Ladies, please say a prayer for me. I have been struggling with abdominal pain since yesterday morning  I have a history of stomach problems (I had my first ulcer at age 10!), so this is not a "new" thing perse. I think maybe I have been eating too much fiber and not drinking enough water, hence the issues. I am going to lay off the wheat containing products and nuts for the next 6 days. Trying to stick to fruits and veggies for the rest of the fast  I was driving last night and it was so bad I just had to say "Jesus help me!" over and over again. Then a thought came to my mind that I should praise Him through the pain...not that I am happy about it, but my praise should NOT be dependent on my circumstances! So I just start praising God for who He was and do you know the pain subsided until I arrived home?! Jesus is just so good to me! I just feel compelled to praise Him through the good and bad times now...another blessing of the fast  But I am still praying the pain will be taken away because I don't want to keep functioning at half-speed...thanks ladies!


----------



## Zeal (Jan 26, 2011)

WhipEffectz, you still hanging in there?  This is one of the best decisions that ou have made.

Ladies, I just finished praying and all I can say is Wo.  I am so in awe right now. Feeling God's presence.  I can't say thanks enough.


----------



## WhipEffectz1 (Jan 26, 2011)

Zeal said:


> WhipEffectz, you still hanging in there?  This is one of the best decisions that ou have made.
> 
> Ladies, I just finished praying and all I can say is Wo.  I am so in awe right now. Feeling God's presence.  I can't say thanks enough.

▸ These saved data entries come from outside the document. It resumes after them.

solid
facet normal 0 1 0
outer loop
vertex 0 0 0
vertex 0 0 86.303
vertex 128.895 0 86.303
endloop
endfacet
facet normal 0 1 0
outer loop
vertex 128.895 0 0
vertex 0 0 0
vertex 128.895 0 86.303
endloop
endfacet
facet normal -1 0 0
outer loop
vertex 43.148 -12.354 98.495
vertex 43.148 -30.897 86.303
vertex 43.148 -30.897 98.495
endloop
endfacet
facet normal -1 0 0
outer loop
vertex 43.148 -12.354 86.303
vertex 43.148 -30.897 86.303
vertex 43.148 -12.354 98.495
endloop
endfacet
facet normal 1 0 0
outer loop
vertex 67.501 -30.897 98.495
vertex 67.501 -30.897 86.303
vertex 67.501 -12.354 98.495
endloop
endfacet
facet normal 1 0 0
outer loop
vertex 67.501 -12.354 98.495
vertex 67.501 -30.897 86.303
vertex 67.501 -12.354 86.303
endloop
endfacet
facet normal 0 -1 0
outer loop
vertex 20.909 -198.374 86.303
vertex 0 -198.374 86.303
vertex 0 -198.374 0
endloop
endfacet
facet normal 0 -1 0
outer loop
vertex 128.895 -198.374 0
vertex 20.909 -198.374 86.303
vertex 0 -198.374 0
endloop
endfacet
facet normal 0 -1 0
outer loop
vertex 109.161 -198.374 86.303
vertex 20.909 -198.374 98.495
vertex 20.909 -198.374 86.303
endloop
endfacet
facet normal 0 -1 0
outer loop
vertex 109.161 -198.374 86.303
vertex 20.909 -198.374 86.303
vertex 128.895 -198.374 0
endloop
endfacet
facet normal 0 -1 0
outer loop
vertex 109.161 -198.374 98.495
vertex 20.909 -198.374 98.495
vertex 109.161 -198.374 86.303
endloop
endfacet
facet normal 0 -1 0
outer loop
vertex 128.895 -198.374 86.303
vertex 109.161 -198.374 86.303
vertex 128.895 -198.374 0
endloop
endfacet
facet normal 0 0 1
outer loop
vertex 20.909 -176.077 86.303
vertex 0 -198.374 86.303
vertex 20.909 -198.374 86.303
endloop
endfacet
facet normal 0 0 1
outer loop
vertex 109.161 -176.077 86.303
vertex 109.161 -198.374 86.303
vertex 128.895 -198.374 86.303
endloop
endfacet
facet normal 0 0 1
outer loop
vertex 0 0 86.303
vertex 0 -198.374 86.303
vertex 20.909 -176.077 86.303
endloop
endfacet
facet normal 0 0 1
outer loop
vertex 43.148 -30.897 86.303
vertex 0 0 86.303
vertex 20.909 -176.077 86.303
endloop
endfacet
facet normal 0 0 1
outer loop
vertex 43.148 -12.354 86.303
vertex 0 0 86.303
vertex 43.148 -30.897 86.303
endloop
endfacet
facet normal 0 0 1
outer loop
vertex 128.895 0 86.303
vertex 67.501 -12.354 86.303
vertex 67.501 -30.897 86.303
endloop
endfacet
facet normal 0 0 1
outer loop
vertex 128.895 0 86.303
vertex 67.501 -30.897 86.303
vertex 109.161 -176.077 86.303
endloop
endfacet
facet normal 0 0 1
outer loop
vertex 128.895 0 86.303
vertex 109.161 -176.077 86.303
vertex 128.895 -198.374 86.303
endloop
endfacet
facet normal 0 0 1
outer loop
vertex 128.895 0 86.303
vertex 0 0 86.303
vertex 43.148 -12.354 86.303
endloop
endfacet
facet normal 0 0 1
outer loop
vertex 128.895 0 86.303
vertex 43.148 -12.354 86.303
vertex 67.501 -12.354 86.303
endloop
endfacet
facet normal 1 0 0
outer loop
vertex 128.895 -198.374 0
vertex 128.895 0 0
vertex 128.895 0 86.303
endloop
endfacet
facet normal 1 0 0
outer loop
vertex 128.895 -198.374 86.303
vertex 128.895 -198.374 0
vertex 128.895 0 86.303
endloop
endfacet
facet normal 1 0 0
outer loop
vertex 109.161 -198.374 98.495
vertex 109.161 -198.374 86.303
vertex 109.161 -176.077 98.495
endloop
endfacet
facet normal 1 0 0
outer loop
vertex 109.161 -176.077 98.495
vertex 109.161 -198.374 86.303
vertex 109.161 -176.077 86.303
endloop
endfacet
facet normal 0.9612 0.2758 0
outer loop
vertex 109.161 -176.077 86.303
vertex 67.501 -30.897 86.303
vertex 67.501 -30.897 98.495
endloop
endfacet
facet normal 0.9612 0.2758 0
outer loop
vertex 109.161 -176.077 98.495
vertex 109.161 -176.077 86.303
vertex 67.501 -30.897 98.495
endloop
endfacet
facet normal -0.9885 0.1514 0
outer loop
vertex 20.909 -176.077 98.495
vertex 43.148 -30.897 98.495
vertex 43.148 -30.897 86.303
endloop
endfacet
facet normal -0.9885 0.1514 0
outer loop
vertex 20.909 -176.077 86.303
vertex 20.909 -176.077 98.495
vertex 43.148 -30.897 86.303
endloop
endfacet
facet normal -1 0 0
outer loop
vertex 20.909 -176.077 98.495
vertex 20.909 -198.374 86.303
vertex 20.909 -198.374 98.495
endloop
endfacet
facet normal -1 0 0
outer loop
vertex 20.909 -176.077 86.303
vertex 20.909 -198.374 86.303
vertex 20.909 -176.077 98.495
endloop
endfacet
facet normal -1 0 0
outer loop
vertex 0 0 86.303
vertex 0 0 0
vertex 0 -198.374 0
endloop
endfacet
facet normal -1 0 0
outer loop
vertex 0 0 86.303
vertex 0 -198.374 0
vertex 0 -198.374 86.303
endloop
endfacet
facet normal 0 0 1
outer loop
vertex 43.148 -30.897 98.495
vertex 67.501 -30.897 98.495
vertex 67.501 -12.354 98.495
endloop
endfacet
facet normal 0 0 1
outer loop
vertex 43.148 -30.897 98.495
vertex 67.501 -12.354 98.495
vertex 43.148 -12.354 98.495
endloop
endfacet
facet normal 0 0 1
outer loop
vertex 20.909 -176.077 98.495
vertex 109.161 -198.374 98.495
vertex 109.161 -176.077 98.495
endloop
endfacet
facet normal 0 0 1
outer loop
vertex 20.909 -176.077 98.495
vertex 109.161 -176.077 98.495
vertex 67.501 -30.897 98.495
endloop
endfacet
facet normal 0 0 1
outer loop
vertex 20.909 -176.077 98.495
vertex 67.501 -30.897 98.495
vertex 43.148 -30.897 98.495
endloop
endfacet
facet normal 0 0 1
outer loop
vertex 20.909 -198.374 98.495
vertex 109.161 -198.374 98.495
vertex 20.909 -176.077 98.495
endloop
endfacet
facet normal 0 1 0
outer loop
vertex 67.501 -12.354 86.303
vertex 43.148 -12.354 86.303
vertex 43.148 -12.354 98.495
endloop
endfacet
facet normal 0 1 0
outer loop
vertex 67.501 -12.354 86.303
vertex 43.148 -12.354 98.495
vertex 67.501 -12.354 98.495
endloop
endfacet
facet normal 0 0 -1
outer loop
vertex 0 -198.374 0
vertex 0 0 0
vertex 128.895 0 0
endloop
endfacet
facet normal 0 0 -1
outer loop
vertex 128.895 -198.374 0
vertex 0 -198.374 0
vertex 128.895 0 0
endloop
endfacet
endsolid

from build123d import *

# Parameters (mm, degrees)
F0_W       = 128.8954913616
F0_H       = 86.3029435277
F1_DEPTH   = 198.374
F2_W       = 88.2518328726
F2_H       = 22.2966937294
F2_W_2     = 24.353325367
F2_H_2     = 18.542567268
F3_DEPTH   = 12.192
F3_FACE_W  = 24.353325367
F3_FACE_H  = 12.192
F3_FACE1_W = 88.2518328726
F3_FACE1_H = 12.192


with BuildPart() as f1:
    # F0 (on Front) → F1 (new body)
    with BuildSketch(Plane.XZ):
        with Locations((64.4477456808, 43.1514717638)):
            Rectangle(F0_W, F0_H)
    extrude(amount=F1_DEPTH)

    # F2 (on face) → F3 (join)
    with BuildSketch(Plane.XY.offset(86.3029435277)):
        with Locations((65.0349687785, -187.2256531353)):
            Rectangle(F2_W, F2_H)
        with Locations((55.3243383765, -21.625594236)):
            Rectangle(F2_W_2, F2_H_2)
    extrude(amount=F3_DEPTH)

    # F3_face (on face) → F4 section 0
    with BuildSketch(Plane(origin=(55.3243383765, -30.89687787, 92.3989435277), x_dir=(1, 0, 0), z_dir=(0, -1, 0))):
        Rectangle(F3_FACE_W, F3_FACE_H)
    # F3_face1 (on face) → F4 section 1
    with BuildSketch(Plane(origin=(65.0349687785, -176.0773062706, 92.3989435277), x_dir=(-1, 0, 0), z_dir=(0, 1, 0))):
        Rectangle(F3_FACE1_W, F3_FACE1_H)
    loft()


solid = f1.part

Yes dear! Day 3 and I am still in it to win it. I have pretty much lost my desire for meat. I intentionally let my dad leave some Oreos out on the counter while I was cooking last night. The aroma was heavenly but I resisted.  Other than that, I am pretty much over sugar...at least for now. I agree, this is an excellent decision. Praise God for helping me this far.


----------



## WhipEffectz1 (Jan 26, 2011)

Thinking about getting some of this. Its very high in protein. Vegetarian Organic Life 13


----------



## Laela (Jan 26, 2011)

I'm sorry to hear that... do you drink chamomile tea? I've read that drinking this tea in the morning on an empty stomach soothes the pain of ulcers. 




LilMissSunshine5 said:


> Ladies, please say a prayer for me. I have been struggling with abdominal pain since yesterday morning  I have a history of stomach problems (I had my first ulcer at age 10!), so this is not a "new" thing perse. I think maybe I have been eating too much fiber and not drinking enough water, hence the issues. I am going to lay off the wheat containing products and nuts for the next 6 days. Trying to stick to fruits and veggies for the rest of the fast  I was driving last night and it was so bad I just had to say "Jesus help me!" over and over again. Then a thought came to my mind that I should praise Him through the pain...not that I am happy about it, but my praise should NOT be dependent on my circumstances! So I just start praising God for who He was and do you know the pain subsided until I arrived home?! Jesus is just so good to me! I just feel compelled to praise Him through the good and bad times now...another blessing of the fast  But I am still praying the pain will be taken away because I don't want to keep functioning at half-speed...thanks ladies!


----------



## LilMissSunshine5 (Jan 26, 2011)

Thanks for your concern! I don't drink chamomile tea, but I'll have to try it!  I would normally try to drink peppermint tea to soothe my tummy, but herbal teas are discouraged during the Daniel fast from what I have read. I just have to hang in until Monday, so I will try both teas then  I am feeling much better this evening thank God!



Laela said:


> I'm sorry to hear that... do you drink chamomile tea? I've read that drinking this tea in the morning on an empty stomach soothes the pain of ulcers.


----------



## Prudent1 (Jan 27, 2011)

Winding down this time of fasting and  just wanted to share a few things with you wonderful ladies. I have decided to make sure I am living a fasted life throughout the year to include specific predetermined dates/times of fasting. I did this about a year or so ago but didn't last year. At that point I decided to fast the first weekend of every month as a type of 'first fruits' offering to our Lord. I haven't decided when but I am going to fast a minimum of once a quarter _on purpose _as an individual. Of course, I'll fast along with my church or for other unplanned reasons too. Also, I am sooo excited b/c we are having an upcoming prayer conference at my church!! I specifically felt God break some things off of me during a recent service but in my spirit I am_* really *_excited about this upcoming service!! I don't know much about the guest prophetess that is going to be ministering but _I know that I know _I'm supposed to be there. :woohoo: I hope all is well with each of you. I always pray for my LHCF sisters during intercession but this time together has been especially nice!


----------



## Zeal (Jan 27, 2011)

Day 19 - Wow. Piggybacking on Prudent. I have been thinking of doing a full fast until 6 PM every Monday. ... or one day of the week.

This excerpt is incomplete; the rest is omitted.